Records from a dataset:
* * *
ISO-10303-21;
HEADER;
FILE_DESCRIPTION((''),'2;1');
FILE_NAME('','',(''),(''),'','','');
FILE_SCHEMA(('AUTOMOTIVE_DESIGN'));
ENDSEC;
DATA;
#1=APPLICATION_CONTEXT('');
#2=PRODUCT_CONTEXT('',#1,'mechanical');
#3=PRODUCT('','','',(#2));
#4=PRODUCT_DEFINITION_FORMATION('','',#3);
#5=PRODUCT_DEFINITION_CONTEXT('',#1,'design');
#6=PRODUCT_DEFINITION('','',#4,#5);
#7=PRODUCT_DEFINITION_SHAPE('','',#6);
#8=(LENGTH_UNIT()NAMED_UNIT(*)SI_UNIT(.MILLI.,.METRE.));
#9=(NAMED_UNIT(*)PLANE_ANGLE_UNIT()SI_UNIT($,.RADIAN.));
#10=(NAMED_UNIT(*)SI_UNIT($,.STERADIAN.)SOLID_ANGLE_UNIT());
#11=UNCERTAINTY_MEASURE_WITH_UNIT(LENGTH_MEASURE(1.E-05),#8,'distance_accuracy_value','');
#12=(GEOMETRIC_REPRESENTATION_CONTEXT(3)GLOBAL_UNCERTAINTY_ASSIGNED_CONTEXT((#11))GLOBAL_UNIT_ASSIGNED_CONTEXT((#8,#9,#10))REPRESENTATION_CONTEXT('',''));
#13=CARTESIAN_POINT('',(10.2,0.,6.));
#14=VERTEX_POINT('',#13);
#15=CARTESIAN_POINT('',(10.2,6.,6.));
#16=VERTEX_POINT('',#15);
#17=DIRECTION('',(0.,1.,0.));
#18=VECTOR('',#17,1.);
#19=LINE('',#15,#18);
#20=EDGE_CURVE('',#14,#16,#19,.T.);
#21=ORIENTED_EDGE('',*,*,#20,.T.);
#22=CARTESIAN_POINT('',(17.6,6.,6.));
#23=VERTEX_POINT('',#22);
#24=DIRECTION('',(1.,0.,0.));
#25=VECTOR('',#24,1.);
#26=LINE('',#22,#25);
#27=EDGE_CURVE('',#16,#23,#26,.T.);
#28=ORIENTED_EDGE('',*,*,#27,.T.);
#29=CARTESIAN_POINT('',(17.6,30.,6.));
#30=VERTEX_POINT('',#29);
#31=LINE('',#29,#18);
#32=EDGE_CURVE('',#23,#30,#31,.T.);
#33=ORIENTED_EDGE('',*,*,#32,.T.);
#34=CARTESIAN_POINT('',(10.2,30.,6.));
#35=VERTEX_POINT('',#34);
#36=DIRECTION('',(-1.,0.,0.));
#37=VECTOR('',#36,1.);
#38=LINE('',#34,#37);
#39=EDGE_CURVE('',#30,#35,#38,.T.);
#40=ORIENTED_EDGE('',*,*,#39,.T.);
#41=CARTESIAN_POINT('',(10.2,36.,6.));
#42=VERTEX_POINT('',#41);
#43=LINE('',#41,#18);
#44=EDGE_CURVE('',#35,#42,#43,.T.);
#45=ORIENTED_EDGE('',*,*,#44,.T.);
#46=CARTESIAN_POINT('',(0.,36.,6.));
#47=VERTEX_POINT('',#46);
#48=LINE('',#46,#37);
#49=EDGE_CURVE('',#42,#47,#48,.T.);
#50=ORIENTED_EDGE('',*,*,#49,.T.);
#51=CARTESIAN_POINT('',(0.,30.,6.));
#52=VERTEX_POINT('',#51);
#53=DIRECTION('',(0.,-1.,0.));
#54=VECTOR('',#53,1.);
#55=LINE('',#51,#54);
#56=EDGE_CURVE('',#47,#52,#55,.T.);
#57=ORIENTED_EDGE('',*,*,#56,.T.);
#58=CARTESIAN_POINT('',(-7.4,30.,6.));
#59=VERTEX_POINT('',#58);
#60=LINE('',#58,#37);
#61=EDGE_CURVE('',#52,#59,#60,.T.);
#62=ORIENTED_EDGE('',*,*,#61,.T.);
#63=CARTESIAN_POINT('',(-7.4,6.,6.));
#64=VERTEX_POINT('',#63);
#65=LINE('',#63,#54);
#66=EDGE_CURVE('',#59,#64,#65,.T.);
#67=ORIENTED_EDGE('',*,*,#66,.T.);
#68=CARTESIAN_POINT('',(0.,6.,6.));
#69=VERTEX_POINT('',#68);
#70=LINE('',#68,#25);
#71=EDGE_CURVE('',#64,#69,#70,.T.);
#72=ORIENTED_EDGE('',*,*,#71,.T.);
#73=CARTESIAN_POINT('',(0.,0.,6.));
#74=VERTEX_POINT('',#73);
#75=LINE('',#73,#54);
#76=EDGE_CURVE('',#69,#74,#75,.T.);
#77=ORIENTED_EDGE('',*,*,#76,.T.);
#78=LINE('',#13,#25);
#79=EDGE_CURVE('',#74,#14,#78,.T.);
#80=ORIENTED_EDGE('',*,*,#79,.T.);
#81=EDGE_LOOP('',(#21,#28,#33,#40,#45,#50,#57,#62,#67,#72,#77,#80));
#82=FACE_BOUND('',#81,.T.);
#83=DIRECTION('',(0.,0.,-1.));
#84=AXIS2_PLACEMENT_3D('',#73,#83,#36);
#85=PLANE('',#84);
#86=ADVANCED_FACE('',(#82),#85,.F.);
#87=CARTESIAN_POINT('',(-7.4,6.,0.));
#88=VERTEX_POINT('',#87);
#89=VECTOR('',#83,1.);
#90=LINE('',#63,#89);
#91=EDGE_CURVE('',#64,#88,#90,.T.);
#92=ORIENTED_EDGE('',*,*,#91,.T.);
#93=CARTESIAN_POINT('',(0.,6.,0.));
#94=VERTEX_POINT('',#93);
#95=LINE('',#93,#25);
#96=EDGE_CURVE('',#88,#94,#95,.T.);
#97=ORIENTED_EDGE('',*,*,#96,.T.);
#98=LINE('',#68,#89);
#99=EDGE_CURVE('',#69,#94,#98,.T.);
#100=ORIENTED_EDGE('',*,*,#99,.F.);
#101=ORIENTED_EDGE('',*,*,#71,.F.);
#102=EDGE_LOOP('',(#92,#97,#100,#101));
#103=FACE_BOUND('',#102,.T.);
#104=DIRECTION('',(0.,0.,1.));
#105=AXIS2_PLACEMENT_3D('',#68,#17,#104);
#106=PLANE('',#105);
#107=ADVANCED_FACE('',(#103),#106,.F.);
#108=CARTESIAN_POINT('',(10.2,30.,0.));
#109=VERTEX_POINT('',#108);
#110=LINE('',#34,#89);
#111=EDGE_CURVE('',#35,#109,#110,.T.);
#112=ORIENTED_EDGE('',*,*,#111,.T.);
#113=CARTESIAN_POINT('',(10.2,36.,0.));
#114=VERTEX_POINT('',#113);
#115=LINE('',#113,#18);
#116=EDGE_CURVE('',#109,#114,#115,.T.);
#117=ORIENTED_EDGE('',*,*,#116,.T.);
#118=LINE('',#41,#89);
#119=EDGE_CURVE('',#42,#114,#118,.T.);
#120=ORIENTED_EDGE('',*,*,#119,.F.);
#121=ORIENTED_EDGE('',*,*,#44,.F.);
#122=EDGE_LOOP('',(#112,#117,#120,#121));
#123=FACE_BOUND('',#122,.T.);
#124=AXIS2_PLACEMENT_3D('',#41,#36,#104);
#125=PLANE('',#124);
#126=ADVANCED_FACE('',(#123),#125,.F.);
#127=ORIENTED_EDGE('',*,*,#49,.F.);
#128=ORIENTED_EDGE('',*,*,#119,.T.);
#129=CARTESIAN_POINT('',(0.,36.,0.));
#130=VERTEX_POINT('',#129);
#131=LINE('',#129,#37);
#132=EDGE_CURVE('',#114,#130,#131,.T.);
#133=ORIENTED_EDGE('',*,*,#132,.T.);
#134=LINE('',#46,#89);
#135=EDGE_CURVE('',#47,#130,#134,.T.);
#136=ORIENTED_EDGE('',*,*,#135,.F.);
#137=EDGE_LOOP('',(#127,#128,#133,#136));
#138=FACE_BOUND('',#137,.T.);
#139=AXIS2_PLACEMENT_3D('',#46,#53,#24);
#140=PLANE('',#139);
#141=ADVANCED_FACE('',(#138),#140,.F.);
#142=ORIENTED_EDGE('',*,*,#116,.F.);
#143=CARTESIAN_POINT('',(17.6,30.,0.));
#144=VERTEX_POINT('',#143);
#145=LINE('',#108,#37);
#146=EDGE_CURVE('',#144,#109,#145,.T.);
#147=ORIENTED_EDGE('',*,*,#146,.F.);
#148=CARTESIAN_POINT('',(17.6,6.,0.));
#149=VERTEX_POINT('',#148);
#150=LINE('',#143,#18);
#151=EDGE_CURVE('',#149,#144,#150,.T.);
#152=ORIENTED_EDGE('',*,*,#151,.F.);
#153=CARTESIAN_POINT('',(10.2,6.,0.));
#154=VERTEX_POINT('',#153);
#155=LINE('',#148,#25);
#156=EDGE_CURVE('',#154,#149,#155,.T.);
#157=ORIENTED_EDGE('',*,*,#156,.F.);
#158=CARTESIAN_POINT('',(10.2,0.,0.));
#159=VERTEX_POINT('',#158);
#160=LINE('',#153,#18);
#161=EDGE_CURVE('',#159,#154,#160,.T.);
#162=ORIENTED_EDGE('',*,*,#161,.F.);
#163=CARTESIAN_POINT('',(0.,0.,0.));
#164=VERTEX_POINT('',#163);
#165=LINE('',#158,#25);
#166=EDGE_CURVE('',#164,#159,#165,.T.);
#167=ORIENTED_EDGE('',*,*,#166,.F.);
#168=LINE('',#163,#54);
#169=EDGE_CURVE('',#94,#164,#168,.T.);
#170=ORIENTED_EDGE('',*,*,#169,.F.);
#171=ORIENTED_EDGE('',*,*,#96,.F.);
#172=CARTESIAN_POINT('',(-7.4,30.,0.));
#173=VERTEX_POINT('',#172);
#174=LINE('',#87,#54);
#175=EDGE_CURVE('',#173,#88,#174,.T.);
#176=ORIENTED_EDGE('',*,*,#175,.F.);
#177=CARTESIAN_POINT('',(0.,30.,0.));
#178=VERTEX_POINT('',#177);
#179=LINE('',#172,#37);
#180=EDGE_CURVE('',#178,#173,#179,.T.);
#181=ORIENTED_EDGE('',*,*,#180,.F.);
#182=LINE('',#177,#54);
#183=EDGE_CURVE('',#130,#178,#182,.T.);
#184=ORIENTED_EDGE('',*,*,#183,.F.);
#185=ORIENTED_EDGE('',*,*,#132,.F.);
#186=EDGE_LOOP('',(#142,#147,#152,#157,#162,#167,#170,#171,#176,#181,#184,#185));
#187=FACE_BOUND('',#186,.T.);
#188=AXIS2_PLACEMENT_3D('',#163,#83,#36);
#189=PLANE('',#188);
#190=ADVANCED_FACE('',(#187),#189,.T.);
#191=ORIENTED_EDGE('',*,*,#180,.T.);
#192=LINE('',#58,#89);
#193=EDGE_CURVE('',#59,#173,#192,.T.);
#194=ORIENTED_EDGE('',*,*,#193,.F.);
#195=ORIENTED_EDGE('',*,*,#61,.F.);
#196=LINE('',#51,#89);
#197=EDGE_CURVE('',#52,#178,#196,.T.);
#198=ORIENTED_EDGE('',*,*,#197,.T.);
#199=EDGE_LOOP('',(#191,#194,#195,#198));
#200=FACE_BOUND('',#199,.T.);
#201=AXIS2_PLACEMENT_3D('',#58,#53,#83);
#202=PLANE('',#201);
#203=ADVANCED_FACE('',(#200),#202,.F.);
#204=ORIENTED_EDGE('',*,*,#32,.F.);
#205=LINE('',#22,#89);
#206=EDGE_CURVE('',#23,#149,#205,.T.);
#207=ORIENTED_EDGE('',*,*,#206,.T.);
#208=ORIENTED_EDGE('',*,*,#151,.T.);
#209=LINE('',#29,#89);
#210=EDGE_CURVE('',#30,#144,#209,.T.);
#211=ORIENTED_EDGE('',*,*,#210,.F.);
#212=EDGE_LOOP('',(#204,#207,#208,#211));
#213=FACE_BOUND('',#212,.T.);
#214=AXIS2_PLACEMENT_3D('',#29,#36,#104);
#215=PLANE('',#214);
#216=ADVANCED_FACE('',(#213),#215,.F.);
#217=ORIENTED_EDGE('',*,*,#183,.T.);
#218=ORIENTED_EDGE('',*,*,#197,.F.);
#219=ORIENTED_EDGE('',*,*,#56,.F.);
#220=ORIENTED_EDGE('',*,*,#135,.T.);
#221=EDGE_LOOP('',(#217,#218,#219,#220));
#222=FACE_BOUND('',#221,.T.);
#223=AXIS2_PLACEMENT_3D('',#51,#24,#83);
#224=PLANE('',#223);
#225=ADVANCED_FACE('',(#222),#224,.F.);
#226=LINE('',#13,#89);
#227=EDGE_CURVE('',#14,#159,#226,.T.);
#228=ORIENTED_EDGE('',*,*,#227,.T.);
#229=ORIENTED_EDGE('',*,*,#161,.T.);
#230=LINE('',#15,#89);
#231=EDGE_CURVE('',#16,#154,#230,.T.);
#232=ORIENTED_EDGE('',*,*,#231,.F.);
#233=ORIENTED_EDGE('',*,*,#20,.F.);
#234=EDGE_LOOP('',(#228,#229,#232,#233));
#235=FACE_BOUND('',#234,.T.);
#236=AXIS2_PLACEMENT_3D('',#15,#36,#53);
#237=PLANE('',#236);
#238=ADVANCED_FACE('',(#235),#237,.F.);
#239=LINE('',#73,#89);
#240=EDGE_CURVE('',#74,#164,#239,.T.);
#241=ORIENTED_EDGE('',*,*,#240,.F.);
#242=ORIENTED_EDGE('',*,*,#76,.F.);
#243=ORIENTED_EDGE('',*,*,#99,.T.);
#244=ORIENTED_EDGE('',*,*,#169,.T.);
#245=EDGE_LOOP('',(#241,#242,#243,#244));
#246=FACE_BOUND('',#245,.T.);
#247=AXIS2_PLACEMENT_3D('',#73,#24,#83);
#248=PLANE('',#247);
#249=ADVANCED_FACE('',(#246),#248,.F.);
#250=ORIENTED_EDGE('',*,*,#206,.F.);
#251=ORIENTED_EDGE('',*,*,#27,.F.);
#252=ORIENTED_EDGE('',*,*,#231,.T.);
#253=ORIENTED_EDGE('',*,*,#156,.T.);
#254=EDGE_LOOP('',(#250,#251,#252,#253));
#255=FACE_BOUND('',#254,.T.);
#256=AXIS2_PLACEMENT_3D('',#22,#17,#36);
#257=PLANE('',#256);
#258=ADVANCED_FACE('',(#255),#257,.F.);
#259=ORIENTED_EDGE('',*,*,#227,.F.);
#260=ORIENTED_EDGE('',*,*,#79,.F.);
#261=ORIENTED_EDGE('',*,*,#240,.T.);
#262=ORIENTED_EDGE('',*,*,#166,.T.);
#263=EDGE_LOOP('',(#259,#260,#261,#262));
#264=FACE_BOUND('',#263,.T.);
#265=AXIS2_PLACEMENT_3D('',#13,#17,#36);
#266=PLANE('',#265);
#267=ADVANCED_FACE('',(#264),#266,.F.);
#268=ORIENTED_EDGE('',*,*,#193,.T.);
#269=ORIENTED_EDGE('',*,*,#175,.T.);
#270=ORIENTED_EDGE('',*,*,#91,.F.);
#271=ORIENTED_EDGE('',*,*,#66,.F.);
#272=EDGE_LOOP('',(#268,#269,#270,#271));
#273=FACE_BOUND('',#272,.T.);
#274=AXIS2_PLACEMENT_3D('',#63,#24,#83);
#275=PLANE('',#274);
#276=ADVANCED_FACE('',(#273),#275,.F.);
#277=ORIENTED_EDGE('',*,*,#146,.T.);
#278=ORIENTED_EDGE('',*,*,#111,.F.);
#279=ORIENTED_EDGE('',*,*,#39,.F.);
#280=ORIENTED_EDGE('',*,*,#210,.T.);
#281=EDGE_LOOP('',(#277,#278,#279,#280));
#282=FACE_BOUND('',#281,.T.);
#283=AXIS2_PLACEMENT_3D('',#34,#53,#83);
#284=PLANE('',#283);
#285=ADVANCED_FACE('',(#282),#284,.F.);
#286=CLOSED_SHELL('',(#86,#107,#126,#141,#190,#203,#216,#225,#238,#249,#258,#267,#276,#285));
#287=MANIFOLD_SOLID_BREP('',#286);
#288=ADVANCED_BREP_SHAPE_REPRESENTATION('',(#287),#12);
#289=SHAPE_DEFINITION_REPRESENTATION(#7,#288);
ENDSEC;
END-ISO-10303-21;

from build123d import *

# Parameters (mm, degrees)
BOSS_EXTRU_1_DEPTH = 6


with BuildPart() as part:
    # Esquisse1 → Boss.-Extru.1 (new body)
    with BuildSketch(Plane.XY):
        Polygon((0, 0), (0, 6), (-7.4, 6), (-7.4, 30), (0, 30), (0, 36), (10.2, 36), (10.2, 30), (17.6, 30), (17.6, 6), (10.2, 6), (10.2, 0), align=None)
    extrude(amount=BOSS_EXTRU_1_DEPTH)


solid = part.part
* * *
Task requirements: The required output is the entries from their opening line through the line holding "#4=PRODUCT_DEFINITION_FORMATION('','',#3);", repeated exactly, with both end lines kept.

Task solution:
ISO-10303-21;
HEADER;
FILE_DESCRIPTION((''),'2;1');
FILE_NAME('','',(''),(''),'','','');
FILE_SCHEMA(('AUTOMOTIVE_DESIGN'));
ENDSEC;
DATA;
#1=APPLICATION_CONTEXT('');
#2=PRODUCT_CONTEXT('',#1,'mechanical');
#3=PRODUCT('','','',(#2));
#4=PRODUCT_DEFINITION_FORMATION('','',#3);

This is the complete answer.